Decades of historic acquiescence further limit any aggressive enforcement. From 1974 until the 2025 suit, successive Sabah governments accepted the federal regime (5% royalty, small capped grants, no Article 112D reviews) without legal challenge.
The court acknowledged the 48-year delay but fashioned the remedy as a forward-looking review process rather than imposing a court-calculated multi-billion-ringgit retrospective debt. This deference reflects the practical and legal reality that long-standing acceptance of the federal distribution framework weakens claims for immediate, unilateral enforcement. As of March 2026, the Federal Government has filed a limited appeal/stay application on certain aspects of the judgment while negotiations continue , exactly the government-to-government process the court mandated.
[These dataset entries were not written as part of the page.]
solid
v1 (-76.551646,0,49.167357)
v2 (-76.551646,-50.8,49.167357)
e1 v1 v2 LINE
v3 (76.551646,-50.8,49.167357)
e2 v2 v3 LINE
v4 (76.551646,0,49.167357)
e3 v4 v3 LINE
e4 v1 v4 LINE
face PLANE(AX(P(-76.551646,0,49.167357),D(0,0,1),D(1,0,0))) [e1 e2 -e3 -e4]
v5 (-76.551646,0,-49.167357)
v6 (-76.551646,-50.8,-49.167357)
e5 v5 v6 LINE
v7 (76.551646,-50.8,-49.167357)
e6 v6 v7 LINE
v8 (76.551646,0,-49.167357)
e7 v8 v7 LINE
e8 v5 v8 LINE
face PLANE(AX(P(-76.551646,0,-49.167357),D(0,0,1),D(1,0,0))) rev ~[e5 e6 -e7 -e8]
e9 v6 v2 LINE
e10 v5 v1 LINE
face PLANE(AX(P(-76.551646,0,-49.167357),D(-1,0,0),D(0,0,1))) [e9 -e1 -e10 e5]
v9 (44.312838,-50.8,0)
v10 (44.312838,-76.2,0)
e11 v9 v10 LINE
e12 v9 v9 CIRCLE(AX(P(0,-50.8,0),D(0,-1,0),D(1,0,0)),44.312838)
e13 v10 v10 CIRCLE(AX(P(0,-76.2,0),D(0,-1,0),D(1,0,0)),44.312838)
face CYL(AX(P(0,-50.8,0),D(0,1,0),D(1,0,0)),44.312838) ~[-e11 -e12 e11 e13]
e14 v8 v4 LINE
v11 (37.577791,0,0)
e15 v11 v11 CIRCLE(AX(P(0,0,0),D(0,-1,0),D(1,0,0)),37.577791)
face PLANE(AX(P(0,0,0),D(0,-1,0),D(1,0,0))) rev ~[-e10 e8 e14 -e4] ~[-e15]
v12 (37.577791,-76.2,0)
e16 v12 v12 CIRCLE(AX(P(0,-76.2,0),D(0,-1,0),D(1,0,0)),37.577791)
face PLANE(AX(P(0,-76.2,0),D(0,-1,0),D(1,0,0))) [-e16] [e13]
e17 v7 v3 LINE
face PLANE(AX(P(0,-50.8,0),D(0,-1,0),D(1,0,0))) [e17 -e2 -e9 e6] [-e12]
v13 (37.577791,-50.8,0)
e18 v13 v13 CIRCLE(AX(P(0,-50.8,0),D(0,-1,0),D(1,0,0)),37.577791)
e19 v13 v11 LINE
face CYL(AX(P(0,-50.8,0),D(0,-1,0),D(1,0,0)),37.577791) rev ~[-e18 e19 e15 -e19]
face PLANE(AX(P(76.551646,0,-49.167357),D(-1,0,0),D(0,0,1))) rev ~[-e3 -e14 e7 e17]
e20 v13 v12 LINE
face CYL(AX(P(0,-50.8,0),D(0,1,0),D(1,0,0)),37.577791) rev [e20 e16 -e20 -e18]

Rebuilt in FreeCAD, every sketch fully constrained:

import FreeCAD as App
import Part
import Sketcher
from FreeCAD import Vector
Q = App.Units.Quantity


def add_polygon(sketch, points):
    """Adds a closed chain of lines whose ends are joined by coincident constraints."""
    first, n = sketch.GeometryCount, len(points)
    for a, b in zip(points, points[1:] + points[:1]):
        sketch.addGeometry(Part.LineSegment(App.Vector(*a, 0), App.Vector(*b, 0)), False)
    for i in range(n):
        sketch.addConstraint(Sketcher.Constraint("Coincident", first + i, 2, first + (i + 1) % n, 1))

doc = App.newDocument("Part")
params = doc.addObject("Spreadsheet::Sheet", "Params")
for row, (alias, value) in enumerate([
    ("pad1_length", "2 in"),
    ("pad2_length", "1 in"),
    ("pocket1_length", "3 in"),
], start=1):
    params.set(f"A{row}", alias)
    params.set(f"B{row}", "=" + value)
    params.setAlias(f"B{row}", alias)

body = doc.addObject("PartDesign::Body", "Body")

sketch1 = body.newObject("Sketcher::SketchObject", "Sketch")
sketch1.AttachmentSupport = (doc.getObject("XZ_Plane"), [""])
sketch1.MapMode = "FlatFace"
add_polygon(sketch1, [(-76.551646, 49.167357), (-76.551646, -49.167357), (76.551646, -49.167357), (76.551646, 49.167357)])
sketch1.addConstraint([
    Sketcher.Constraint("Vertical", 0),
    Sketcher.Constraint("Horizontal", 1),
    Sketcher.Constraint("Vertical", 2),
    Sketcher.Constraint("Horizontal", 3),
    Sketcher.Constraint("Symmetric", 0, 2, 2, 2, -1, 1),
    Sketcher.Constraint("DistanceX", 1, 1, 1, 2, 153.103292),
    Sketcher.Constraint("DistanceY", 0, 2, 0, 1, 98.334714),
])
pad1 = body.newObject("PartDesign::Pad", "Pad")
pad1.Profile = sketch1
pad1.setExpression("Length", "Params.pad1_length")

sketch2 = body.newObject("Sketcher::SketchObject", "Sketch001")
sketch2.AttachmentSupport = (doc.getObject("XZ_Plane"), [""])
sketch2.MapMode = "FlatFace"
sketch2.AttachmentOffset = App.Placement(Vector(0, 0, 2 * 25.4), App.Rotation())
sketch2.addGeometry([
    Part.Circle(Vector(0, 0, 0), Vector(0, 0, 1), 44.312838),
    Part.Circle(Vector(0, 0, 0), Vector(0, 0, 1), 37.577791),
], False)
sketch2.addConstraint([
    Sketcher.Constraint("Coincident", 0, 3, -1, 1),
    Sketcher.Constraint("Coincident", 1, 3, -1, 1),
    Sketcher.Constraint("Diameter", 0, Q("3.4891998 in")),
    Sketcher.Constraint("Diameter", 1, 75.155582),
])
pad2 = body.newObject("PartDesign::Pad", "Pad001")
pad2.Profile = sketch2
pad2.setExpression("Length", "Params.pad2_length")

sketch3 = body.newObject("Sketcher::SketchObject", "Sketch002")
sketch3.AttachmentSupport = (doc.getObject("XZ_Plane"), [""])
sketch3.MapMode = "FlatFace"
sketch3.AttachmentOffset = App.Placement(Vector(0, 0, 2 * 25.4), App.Rotation())
sketch3.addGeometry(Part.Circle(Vector(0, 0, 0), Vector(0, 0, 1), 37.577791), False)
sketch3.addConstraint([
    Sketcher.Constraint("Coincident", 0, 3, -1, 1),
    Sketcher.Constraint("Diameter", 0, 75.155582),
])
pocket1 = body.newObject("PartDesign::Pocket", "Pocket")
pocket1.Profile = sketch3
pocket1.setExpression("Length", "Params.pocket1_length")

doc.recompute()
In short, the High Court ruling vindicates the existence of a review right and declares a constitutional debt in principle. It creates no enforceable payment right that Daniel John Jambun or BoPiMaFo can rely upon or prosecute. It does not diminish federal supremacy over minerals and offshore resources, nor does it erase the legal and practical consequences of the two states’ long acquiescence to the existing federal framework. Any actual distribution of funds remains a matter for negotiation between the elected governments , not for an NGO without a lawful and constitutionally enforcedable mandate.